# using my laptop as a tv to play xbox



## martin9

hey
i am looking to use my laptop essentially as a television to play my xbox through. 

but i have no idea how i can do this.

does anyone have any advice?

many thanks


----------



## kalisun

Hmmm...you'll need some type of "In" video port on your laptop...

Unless your laptop has either a "video in" or S-Video connection, it might not be possible...


----------



## martin9

hmm
i have a port on the back of the laptop which has 7 holes (plus a small rectangular hole) and next to the port is a 'diagram' which is simple a small square with S in and an arrow :/

maybe this is useful?


----------



## mrbreeeeze00

Is there not a way to hook a digital video recorder to a PC or laptop, RCA to usb or something? If so could you not do the same with the xbox? My question is, what software would you use to display it? Could a media player be able to play it?


----------



## martin9

i don't know, i just want to use my laptop screen as a tv screen so i can play xbox without being at the TV :/

incidently, that port looks like this:


----------



## kalisun

mrbreeeeeze00:
It's not just the cable or software that needs to be able to connect to the computer, but there also needs to be a "device" inside the system that can "recieve and convert" images either analog or digital. Unless you have a "Multimedia" style laptop that does incomming and outgoing video its pretty hard to do what martin9 wants. 

martin9:
that is a S-Video connector, but it looks like its an "out" only, so it's only going from computer to tv. You'll also need another connection that can take it from the Xbox to the computer. 
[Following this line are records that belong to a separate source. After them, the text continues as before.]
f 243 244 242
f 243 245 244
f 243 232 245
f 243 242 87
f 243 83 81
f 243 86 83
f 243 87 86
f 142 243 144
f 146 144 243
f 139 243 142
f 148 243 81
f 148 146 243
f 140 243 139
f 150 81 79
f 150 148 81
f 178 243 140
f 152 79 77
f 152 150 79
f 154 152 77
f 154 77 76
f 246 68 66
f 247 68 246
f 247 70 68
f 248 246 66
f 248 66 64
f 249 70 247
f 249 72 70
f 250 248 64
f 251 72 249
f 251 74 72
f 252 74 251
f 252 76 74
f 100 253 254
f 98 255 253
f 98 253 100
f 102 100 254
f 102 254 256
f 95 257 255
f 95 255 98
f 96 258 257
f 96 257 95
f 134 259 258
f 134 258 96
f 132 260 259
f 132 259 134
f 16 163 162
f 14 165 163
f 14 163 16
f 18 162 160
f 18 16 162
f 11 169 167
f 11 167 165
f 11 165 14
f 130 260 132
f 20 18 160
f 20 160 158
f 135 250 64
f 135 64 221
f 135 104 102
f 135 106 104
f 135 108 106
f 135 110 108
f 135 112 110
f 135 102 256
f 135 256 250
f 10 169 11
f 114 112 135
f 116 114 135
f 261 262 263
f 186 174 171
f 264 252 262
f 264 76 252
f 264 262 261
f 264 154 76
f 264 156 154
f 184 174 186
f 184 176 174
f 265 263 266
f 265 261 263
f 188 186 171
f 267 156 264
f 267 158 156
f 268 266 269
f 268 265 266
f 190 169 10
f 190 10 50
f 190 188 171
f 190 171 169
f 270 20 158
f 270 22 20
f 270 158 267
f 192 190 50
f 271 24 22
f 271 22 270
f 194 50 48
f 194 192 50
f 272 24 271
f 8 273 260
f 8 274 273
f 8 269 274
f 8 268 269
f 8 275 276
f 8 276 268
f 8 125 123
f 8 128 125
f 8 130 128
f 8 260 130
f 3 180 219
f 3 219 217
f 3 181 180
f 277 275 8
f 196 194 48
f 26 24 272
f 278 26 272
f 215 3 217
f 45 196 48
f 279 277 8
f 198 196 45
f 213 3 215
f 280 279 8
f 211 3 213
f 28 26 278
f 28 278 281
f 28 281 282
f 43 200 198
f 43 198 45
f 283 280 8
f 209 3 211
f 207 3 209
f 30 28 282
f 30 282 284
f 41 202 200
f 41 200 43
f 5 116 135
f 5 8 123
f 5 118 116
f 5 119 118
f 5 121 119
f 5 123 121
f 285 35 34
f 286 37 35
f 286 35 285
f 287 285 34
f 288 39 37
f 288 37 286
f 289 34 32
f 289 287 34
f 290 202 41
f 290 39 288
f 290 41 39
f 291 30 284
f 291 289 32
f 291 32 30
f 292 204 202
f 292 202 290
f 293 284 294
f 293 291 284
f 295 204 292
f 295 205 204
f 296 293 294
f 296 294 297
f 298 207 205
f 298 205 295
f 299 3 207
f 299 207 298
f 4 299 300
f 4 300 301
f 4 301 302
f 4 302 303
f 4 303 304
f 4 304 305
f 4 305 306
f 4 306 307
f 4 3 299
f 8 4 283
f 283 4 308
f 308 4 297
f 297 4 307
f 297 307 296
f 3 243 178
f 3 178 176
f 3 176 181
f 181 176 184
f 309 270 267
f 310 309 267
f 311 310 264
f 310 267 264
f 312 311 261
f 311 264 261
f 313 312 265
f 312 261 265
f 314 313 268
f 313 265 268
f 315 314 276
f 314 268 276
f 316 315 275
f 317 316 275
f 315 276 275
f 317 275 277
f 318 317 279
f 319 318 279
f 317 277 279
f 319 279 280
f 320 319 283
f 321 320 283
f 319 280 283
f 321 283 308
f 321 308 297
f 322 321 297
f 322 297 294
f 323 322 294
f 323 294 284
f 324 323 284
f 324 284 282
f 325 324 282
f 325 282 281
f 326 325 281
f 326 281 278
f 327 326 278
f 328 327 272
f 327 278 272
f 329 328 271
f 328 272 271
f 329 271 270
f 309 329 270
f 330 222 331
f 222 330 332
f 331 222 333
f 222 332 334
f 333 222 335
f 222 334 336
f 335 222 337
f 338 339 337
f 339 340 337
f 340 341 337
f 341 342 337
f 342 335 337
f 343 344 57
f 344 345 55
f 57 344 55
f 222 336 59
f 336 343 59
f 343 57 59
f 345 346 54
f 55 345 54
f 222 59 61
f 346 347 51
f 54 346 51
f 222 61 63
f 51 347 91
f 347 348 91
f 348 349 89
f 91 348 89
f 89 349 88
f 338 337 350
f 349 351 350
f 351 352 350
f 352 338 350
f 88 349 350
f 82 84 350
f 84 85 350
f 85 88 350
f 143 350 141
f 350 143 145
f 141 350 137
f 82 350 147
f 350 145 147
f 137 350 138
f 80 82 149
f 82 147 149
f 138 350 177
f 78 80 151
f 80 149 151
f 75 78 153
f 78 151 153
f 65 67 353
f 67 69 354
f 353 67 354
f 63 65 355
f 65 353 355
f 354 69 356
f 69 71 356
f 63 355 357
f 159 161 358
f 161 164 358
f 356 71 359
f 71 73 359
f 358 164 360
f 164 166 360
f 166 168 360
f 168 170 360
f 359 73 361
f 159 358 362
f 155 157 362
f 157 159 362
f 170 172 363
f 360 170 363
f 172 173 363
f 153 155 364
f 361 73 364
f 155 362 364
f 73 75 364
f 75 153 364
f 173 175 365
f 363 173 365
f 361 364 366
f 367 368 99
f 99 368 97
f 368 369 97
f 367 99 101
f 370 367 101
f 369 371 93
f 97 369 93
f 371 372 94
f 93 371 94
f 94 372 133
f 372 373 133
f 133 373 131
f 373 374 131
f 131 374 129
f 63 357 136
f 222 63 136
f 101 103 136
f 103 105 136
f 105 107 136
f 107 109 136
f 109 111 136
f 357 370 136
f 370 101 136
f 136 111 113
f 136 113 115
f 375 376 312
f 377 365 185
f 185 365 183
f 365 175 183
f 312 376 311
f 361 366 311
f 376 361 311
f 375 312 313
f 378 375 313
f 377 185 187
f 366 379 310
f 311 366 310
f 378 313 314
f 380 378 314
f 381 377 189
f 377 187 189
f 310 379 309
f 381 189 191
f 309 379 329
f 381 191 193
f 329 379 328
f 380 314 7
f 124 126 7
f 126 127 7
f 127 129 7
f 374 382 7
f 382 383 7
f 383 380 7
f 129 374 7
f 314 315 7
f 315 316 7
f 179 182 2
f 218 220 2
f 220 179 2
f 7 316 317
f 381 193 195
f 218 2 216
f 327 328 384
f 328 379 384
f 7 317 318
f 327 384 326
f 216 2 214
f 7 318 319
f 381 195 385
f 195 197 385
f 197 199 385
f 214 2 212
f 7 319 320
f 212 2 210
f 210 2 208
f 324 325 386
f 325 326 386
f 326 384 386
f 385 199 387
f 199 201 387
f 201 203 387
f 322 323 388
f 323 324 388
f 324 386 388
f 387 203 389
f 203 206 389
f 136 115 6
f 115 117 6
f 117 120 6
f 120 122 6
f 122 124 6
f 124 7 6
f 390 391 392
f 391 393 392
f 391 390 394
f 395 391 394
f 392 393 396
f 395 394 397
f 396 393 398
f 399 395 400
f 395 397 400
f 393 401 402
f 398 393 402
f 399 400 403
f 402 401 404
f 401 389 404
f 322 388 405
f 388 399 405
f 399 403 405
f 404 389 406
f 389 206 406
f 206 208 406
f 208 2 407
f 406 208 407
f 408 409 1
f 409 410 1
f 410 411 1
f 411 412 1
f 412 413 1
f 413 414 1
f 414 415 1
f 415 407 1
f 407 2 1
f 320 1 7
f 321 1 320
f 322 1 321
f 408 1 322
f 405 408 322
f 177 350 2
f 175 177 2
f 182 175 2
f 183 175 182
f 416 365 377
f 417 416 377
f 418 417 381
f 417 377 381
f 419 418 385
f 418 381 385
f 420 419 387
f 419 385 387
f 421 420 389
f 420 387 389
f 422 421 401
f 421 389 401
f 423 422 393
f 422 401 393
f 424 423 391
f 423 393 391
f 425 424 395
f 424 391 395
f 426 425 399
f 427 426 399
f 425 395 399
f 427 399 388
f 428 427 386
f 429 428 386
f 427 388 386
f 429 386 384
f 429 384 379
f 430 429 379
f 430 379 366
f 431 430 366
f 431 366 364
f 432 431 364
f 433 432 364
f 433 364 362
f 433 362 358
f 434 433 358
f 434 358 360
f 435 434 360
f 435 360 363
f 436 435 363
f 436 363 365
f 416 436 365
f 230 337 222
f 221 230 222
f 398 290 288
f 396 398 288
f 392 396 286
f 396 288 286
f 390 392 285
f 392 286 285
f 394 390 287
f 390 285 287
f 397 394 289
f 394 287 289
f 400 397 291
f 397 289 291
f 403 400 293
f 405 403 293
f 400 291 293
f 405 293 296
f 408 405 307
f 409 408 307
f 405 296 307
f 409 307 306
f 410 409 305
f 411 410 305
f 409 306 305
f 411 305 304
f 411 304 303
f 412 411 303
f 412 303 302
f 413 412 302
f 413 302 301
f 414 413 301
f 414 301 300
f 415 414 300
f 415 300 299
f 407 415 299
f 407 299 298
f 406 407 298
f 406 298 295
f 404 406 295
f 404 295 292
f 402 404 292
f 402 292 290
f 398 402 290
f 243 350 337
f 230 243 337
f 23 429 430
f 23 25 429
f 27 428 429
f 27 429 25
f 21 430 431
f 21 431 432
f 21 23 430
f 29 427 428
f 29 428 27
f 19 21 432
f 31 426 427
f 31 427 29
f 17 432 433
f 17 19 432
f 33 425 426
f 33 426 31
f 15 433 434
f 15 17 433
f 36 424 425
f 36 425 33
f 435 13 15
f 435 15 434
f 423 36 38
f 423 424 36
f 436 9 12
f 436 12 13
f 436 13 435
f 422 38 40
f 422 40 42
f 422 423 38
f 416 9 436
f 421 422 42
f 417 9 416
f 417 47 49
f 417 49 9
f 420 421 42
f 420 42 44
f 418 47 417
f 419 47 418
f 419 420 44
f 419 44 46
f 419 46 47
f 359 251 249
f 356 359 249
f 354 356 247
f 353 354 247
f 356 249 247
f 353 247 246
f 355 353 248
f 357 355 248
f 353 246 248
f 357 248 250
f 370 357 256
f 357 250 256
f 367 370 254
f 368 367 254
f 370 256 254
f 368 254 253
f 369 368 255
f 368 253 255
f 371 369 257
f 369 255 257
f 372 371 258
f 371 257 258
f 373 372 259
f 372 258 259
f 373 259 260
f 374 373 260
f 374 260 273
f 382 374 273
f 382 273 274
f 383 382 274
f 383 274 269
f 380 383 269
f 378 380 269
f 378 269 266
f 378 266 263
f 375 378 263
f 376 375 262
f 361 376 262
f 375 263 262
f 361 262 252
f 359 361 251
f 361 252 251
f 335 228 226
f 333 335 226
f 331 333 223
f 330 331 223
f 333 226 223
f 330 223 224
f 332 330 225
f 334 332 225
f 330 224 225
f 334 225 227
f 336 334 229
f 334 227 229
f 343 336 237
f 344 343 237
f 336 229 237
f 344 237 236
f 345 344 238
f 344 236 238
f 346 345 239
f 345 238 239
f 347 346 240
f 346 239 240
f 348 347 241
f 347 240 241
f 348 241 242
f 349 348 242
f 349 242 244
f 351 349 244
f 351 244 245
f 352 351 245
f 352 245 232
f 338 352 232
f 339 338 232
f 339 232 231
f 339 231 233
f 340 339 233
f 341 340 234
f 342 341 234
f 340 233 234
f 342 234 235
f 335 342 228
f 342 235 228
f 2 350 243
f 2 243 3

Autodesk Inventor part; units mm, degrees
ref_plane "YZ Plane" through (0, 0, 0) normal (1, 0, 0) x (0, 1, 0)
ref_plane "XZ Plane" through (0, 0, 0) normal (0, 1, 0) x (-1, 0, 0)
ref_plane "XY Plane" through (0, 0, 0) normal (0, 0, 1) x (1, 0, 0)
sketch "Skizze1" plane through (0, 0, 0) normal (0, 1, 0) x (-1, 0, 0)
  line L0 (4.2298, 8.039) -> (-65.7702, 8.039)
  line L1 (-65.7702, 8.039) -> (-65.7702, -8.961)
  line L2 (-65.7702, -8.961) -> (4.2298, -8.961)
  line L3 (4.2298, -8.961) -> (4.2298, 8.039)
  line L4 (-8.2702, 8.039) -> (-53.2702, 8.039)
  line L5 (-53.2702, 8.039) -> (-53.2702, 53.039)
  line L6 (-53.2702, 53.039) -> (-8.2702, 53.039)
Most laptops are set more for "projecting" out only, I don't know of a laptop that can be used for console games (then again people have modded just about any and everything, so who knows), needing the proper input connectors and ability to take the video from the console and display it on the laptop screen in realtime or streaming. Desktops can do it with a "video capture" type cards and even then, not sure how well the image would be for console gaming.


----------



## martin9

i think i have it sussed

i'm buying this:
http://www.hauppauge.com/pages/products/data_usb.html

i plug my three leads (audio l/r and s-video) into that unit, and then plus the line-in into my laptop port and the usb cable into my laptop. then set the software to the right channel and it should work. thus meaning i don't need to use the s-video port on my laptop.

thanks for your help guys


----------



## Couriant

It looks like it would have an adaptor for your cable. 

Just out of curiosity, why would you want to do that? Your screen is what... 15"? For that price you can get a bigger tv 

Just noticed that at CompUSA they are selling them for $59.99 after $40 rebate.


----------



## martin9

lol how can i get a tv for $50 (the price on ebay)
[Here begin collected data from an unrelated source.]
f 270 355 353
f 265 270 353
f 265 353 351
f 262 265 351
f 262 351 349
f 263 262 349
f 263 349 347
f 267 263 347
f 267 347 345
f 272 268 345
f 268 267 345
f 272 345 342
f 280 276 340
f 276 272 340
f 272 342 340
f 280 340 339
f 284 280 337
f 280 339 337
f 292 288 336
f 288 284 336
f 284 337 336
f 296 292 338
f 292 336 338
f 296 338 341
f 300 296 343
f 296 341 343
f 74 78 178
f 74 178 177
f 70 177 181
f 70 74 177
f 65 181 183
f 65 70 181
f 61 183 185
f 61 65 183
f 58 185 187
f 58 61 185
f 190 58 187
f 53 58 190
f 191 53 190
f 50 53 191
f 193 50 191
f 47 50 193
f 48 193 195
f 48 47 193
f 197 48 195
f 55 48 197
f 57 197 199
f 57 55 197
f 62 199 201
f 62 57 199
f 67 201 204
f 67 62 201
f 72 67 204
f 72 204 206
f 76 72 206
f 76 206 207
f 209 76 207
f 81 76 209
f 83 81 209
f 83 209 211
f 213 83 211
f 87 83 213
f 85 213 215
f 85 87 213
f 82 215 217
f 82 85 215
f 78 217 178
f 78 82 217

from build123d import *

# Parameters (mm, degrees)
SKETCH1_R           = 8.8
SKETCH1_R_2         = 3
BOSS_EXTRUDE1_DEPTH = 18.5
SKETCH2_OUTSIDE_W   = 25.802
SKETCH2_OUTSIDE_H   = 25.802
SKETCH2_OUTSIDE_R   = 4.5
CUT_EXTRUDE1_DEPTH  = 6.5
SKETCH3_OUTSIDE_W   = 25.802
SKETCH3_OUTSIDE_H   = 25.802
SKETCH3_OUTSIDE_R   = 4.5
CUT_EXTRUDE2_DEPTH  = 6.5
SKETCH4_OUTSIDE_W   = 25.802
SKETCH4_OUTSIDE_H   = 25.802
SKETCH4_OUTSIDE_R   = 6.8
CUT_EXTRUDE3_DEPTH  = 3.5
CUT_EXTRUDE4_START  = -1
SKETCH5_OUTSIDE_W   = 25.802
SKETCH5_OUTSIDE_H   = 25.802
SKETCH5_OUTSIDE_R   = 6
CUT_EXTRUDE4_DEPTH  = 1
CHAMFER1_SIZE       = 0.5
but i want it because then i can play xbox when i am not near a tv (which is often)


----------



## Couriant

Since that price was a rebate... i was going from the normal price 

I see what you mean


----------



## MahaGamer

i have a FireWire DV converter i use for importing video and such. I also use it for live webcam over the internet. It has AV ports and a S-video. i believe it was only 50 bux or something but make sure you have a firewire port. it works very well for me.


----------



## Electronic

MARTIN9,

So did you buy it and didi it work?

I am trying to do the same thing. I would like to use my labtop as a terminal to play my xbox on. I go to colombia a lot and have to stay overnight in the airport, 15 hours in the airport sucks and this would be my solution since I always take 2 X BOXES to Colombia to be modified for cheap.
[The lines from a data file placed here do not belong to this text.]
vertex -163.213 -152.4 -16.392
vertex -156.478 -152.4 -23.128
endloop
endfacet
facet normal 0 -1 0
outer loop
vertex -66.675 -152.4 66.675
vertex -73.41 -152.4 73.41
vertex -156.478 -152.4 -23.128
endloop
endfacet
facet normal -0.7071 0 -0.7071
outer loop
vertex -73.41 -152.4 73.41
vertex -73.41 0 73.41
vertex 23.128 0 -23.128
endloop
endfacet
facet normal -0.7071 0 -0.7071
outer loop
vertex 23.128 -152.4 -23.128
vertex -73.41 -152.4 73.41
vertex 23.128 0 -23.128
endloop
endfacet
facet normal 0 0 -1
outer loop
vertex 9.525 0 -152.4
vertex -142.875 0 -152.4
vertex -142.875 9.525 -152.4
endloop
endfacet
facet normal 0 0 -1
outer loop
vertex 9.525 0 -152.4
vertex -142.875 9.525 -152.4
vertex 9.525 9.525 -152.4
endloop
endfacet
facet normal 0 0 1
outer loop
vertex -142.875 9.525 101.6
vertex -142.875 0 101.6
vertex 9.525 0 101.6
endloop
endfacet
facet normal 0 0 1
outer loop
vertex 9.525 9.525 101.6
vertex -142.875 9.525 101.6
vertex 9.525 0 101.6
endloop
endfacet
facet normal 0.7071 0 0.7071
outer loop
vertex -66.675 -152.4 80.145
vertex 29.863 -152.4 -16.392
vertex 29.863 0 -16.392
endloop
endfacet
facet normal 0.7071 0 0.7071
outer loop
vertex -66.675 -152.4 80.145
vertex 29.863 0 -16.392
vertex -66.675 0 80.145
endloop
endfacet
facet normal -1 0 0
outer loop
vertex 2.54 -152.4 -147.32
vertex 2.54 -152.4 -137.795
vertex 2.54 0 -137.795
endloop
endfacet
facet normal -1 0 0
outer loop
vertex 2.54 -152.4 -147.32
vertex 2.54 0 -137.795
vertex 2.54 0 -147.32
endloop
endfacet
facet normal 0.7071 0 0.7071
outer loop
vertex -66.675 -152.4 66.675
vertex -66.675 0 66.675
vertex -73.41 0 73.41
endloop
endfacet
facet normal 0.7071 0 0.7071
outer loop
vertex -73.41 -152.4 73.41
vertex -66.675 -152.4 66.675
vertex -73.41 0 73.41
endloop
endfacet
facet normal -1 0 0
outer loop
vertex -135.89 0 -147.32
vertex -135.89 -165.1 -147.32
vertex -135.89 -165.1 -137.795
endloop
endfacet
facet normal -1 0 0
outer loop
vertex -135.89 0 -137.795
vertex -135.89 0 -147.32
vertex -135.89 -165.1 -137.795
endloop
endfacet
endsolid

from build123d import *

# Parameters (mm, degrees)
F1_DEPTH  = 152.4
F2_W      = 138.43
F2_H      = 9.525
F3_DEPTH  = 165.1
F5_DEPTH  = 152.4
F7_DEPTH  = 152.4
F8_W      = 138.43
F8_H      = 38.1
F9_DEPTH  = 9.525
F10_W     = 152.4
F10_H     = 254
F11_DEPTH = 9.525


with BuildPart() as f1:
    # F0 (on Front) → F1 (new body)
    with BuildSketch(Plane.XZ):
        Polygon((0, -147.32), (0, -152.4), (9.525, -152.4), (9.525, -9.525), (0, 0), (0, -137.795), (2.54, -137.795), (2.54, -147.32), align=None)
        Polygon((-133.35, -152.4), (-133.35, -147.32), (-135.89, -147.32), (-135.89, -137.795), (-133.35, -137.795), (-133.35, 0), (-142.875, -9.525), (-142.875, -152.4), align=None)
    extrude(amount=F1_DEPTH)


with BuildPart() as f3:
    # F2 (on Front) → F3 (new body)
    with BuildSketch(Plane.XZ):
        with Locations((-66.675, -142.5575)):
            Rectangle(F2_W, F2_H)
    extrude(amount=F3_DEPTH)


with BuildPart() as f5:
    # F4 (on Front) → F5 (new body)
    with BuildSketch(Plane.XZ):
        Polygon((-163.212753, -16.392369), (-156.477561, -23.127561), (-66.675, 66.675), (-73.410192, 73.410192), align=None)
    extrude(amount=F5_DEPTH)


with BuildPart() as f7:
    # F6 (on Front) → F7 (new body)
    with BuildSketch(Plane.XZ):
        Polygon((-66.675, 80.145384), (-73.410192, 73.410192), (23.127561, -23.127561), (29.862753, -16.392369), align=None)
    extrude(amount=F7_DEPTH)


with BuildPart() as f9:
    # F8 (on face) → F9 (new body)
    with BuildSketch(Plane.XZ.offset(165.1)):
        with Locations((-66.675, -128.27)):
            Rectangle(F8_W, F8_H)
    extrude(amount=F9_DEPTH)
It would be great and easy to plug in a converter and have it work. I was looking at this one

http://www.hauppauge.com/pages/products/data_hvr950.html

So what do you think?


----------



## techy689

Hey guys, I got a 360, and know exactly what you mean. But I doubt any of these ideas will work, so do not waste your money. There are several reasons. Firstly, the adapters you have been looking at are meant to be used to watch TV, such as digital recorded events, or other things. Even if you have a computer with a built in tuner hooking a gaming system up to your computer will not work. The reason is that there will be a 10 to 30 second lag time. So if you tell a character on your xbox to move right, it might not show up on your computer screen for 10-30 seconds. This will confuse you and give you a headache. As far as I can tell, there really is no way to hook up a gaming system to your laptop and play the way you are used to.


----------



## Electronic

TOO BAD... THERE MUST BE SOME SOLUTION. It is hard for me to imagine there is no way of just using the screen on a labtop like plugging in a tv

BUT I haven came across any way to do this.... maybe someone else knows
MAYBE there is another solution like a small portable tv, but I am everywhere with my labtop I thought it would just be convient.


----------



## Couriant

Electronic - I haven't personally have tried that, but in theory that device should work.


----------



## Electronic

I came across this on xbox.com

Using a Laptop as an Xbox Display

Generally, this is NOT possible. The video (S-Video, VGA) connections on laptops are OUTPUTS. They will not accept an in-bound signal. In order to get anything on the screen from an external source, you need a Video Input. It may be possible to connect an external Video Capture device to the laptop and use an composite or S-Video cable from the Xbox, but these connections are limited to 480i and the results may not be optimal in any case (i.e. - it may lag a bit, see below for more details).

So to do this you may need some external device... Im looking but don't quite understand what product could be uded to get a video input

ANY IDEAS?

http://forums.xbox.com/196109/ShowPost.aspx


----------